WHAT IS NEEDED:
In the entries below, find the line with "#95=DIRECTION('',(-0.866025404,0.,0.5));" and the line with "#116=EDGE_LOOP('',(#115));". Return those two lines and all lines between them, exactly.

☆ ☆ ☆ ☆ ☆ ☆ ☆

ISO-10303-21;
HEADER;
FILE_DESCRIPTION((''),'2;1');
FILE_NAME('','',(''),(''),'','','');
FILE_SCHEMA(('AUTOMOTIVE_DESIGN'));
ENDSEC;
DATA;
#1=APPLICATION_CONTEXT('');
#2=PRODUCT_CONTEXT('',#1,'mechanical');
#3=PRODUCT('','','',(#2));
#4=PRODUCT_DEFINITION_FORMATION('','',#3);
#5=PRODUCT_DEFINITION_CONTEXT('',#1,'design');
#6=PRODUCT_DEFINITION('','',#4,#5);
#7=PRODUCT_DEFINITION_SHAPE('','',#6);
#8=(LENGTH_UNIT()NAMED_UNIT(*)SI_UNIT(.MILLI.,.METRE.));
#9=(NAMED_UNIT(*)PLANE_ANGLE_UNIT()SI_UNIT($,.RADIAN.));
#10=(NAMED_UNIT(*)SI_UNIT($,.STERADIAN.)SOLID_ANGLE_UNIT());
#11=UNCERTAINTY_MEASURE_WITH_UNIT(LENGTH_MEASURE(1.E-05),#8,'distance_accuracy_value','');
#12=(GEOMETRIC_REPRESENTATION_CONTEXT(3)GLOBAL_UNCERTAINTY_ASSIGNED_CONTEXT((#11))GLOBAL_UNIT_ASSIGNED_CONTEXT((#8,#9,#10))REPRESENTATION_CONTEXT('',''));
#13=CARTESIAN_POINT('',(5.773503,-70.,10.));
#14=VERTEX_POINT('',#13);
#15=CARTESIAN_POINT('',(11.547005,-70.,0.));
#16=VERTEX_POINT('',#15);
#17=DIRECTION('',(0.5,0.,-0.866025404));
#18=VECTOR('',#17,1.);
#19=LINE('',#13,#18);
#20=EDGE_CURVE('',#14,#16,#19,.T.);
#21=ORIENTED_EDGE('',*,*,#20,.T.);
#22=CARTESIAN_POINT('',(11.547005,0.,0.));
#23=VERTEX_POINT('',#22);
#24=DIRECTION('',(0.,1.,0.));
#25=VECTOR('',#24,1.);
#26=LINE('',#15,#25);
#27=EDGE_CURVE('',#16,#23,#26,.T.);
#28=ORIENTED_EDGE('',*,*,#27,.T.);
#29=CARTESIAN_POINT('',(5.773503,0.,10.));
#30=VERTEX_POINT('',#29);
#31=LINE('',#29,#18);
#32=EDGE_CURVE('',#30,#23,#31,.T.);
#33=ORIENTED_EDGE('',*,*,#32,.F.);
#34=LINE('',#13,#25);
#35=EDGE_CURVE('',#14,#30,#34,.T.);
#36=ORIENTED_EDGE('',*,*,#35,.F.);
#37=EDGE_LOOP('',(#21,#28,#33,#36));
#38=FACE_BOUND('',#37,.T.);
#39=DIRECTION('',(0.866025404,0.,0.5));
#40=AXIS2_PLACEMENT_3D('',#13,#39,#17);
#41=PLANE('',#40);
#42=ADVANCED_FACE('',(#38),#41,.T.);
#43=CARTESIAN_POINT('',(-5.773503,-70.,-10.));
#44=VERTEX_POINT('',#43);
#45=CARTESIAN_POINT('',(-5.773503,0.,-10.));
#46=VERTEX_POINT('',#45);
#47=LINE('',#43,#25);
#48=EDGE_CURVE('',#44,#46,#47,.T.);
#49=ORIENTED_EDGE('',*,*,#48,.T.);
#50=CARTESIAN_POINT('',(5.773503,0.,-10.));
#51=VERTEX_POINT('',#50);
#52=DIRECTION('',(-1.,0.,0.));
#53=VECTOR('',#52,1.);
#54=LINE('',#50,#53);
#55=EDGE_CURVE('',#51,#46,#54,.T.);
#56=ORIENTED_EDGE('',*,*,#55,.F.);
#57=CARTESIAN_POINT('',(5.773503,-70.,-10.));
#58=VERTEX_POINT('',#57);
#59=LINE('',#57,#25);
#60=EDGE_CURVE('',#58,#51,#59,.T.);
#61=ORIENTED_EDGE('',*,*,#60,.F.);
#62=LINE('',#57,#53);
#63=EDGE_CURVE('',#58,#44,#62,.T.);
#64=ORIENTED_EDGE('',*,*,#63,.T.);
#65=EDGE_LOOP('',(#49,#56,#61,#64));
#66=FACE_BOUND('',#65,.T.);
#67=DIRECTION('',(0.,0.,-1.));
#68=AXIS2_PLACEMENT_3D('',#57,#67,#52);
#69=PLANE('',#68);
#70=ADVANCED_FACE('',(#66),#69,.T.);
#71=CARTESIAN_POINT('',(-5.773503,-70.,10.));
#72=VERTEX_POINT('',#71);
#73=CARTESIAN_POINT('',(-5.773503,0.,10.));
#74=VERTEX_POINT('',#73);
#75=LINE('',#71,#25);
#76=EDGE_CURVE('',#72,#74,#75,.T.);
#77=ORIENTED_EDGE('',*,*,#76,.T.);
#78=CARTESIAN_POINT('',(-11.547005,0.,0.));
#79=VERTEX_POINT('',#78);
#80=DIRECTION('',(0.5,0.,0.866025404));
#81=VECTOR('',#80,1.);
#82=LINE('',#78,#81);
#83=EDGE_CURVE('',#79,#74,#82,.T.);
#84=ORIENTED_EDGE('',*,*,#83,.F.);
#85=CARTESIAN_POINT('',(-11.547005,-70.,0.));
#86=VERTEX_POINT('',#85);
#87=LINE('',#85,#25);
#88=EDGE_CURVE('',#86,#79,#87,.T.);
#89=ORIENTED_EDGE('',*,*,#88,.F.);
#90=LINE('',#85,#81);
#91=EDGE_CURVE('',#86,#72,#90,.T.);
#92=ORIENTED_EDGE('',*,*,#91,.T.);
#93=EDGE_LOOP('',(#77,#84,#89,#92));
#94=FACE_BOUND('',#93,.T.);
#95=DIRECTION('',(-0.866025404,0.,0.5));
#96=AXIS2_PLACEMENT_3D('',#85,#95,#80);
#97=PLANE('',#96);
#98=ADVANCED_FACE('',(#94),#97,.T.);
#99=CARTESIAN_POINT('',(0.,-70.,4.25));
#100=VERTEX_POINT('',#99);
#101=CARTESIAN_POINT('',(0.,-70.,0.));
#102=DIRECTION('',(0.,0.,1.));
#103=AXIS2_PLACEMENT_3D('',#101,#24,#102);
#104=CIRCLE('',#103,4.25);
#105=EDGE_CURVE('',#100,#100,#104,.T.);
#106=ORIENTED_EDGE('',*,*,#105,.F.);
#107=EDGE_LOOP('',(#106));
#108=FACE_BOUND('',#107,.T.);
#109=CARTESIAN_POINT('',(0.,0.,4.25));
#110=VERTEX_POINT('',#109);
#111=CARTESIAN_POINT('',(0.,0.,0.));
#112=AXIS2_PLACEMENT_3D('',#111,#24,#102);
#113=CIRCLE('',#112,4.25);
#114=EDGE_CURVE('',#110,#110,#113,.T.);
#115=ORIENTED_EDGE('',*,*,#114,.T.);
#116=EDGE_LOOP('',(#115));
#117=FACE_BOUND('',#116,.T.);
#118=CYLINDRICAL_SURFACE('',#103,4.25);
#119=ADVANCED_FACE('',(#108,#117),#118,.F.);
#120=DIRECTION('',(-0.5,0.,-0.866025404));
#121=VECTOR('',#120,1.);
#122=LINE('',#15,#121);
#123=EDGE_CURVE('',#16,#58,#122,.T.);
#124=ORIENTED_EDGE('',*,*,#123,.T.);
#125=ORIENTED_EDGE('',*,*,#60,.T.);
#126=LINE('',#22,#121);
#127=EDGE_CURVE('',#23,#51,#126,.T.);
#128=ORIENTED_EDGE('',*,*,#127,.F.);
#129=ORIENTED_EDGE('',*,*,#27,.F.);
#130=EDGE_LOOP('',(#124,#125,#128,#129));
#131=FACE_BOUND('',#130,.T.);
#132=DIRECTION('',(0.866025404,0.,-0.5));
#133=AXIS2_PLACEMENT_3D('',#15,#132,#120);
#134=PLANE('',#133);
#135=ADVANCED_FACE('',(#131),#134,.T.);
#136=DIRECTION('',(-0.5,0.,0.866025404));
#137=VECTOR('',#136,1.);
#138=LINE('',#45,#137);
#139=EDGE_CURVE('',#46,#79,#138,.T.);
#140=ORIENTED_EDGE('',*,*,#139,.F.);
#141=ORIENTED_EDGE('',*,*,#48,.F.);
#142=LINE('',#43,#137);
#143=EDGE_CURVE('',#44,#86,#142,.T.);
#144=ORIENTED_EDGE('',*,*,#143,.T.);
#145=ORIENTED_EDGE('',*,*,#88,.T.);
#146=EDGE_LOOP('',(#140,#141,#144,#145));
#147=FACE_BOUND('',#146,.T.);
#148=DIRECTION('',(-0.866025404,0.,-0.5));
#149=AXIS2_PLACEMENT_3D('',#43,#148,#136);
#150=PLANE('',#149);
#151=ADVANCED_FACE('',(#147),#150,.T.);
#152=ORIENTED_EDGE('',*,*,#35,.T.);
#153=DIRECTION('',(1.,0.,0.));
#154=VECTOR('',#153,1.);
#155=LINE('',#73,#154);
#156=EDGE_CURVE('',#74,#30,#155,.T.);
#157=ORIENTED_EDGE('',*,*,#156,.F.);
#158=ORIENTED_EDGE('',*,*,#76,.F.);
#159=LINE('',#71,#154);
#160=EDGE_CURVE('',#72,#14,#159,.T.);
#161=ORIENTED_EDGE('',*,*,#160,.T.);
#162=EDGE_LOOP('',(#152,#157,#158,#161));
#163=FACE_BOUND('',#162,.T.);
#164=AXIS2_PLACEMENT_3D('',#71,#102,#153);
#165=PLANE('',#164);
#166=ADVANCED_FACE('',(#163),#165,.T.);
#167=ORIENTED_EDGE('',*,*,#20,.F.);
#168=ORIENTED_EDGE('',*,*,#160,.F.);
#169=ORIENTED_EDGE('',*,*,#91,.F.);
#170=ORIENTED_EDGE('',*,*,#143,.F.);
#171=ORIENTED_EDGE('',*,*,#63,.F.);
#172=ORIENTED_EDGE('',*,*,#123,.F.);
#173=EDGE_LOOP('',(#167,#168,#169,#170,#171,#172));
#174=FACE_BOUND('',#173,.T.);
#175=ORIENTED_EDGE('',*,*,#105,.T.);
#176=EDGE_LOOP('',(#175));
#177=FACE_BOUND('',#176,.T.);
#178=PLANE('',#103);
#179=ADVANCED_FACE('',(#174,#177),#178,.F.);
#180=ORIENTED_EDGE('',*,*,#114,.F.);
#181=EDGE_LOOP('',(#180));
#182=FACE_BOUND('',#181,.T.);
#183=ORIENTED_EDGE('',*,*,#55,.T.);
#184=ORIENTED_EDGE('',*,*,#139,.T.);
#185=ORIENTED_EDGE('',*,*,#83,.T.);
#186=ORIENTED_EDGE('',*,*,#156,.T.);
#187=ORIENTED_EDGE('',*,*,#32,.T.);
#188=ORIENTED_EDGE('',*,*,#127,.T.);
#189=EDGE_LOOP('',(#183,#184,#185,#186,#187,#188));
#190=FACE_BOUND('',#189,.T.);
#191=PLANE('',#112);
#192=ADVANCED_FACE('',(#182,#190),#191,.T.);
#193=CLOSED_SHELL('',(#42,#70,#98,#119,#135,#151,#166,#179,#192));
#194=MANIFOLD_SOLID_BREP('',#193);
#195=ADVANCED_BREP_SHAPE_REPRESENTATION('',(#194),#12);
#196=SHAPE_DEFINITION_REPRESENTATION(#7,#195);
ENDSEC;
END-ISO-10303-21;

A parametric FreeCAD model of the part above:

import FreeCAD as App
import Part
import Sketcher
from FreeCAD import Vector
Q = App.Units.Quantity


def add_polygon(sketch, points):
    """Adds a closed chain of lines whose ends are joined by coincident constraints."""
    first, n = sketch.GeometryCount, len(points)
    for a, b in zip(points, points[1:] + points[:1]):
        sketch.addGeometry(Part.LineSegment(App.Vector(*a, 0), App.Vector(*b, 0)), False)
    for i in range(n):
        sketch.addConstraint(Sketcher.Constraint("Coincident", first + i, 2, first + (i + 1) % n, 1))

doc = App.newDocument("Part")
body = doc.addObject("PartDesign::Body", "Body")

# Sketch on XZ plane
sketch1 = body.newObject("Sketcher::SketchObject", "Sketch")
sketch1.AttachmentSupport = (doc.getObject("XZ_Plane"), [""])
sketch1.MapMode = "FlatFace"
add_polygon(sketch1, [(11.547005, 0), (5.773503, -10), (-5.773503, -10), (-11.547005, 0), (-5.773503, 10), (5.773503, 10)])  # lines 0-5
sketch1.addGeometry(Part.Circle(Vector(0, 0, 0), Vector(0, 0, 1), 4.25), False)  # 6
sketch1.addConstraint(Sketcher.Constraint("Horizontal", 1))
sketch1.addConstraint(Sketcher.Constraint("Horizontal", 4))
sketch1.addConstraint(Sketcher.Constraint("Coincident", 6, 3, -1, 1))
sketch1.addConstraint(Sketcher.Constraint("Symmetric", 0, 2, 3, 2, -1, 1))
sketch1.addConstraint(Sketcher.Constraint("Symmetric", 2, 2, 5, 2, -1, 1))
sketch1.addConstraint(Sketcher.Constraint("PointOnObject", 2, 2, -1))
sketch1.addConstraint(Sketcher.Constraint("Parallel", 2, 5))
sketch1.addConstraint(Sketcher.Constraint("Vertical", 1, 2, 3, 2))
sketch1.addConstraint(Sketcher.Constraint("Diameter", 6, 8.5))
sketch1.addConstraint(Sketcher.Constraint("Angle", 0, Q("-120 deg")))
sketch1.addConstraint(Sketcher.Constraint("DistanceY", 0, 2, -1, 1, 10.0))
sketch1.addConstraint(Sketcher.Constraint("DistanceX", 1, 2, 1, 1, 11.547005))
pad1 = body.newObject("PartDesign::Pad", "Pad")
pad1.Profile = sketch1
pad1.Length = 70

doc.recompute()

☆ ☆ ☆ ☆ ☆ ☆ ☆

TASK OUTPUT:
#95=DIRECTION('',(-0.866025404,0.,0.5));
#96=AXIS2_PLACEMENT_3D('',#85,#95,#80);
#97=PLANE('',#96);
#98=ADVANCED_FACE('',(#94),#97,.T.);
#99=CARTESIAN_POINT('',(0.,-70.,4.25));
#100=VERTEX_POINT('',#99);
#101=CARTESIAN_POINT('',(0.,-70.,0.));
#102=DIRECTION('',(0.,0.,1.));
#103=AXIS2_PLACEMENT_3D('',#101,#24,#102);
#104=CIRCLE('',#103,4.25);
#105=EDGE_CURVE('',#100,#100,#104,.T.);
#106=ORIENTED_EDGE('',*,*,#105,.F.);
#107=EDGE_LOOP('',(#106));
#108=FACE_BOUND('',#107,.T.);
#109=CARTESIAN_POINT('',(0.,0.,4.25));
#110=VERTEX_POINT('',#109);
#111=CARTESIAN_POINT('',(0.,0.,0.));
#112=AXIS2_PLACEMENT_3D('',#111,#24,#102);
#113=CIRCLE('',#112,4.25);
#114=EDGE_CURVE('',#110,#110,#113,.T.);
#115=ORIENTED_EDGE('',*,*,#114,.T.);
#116=EDGE_LOOP('',(#115));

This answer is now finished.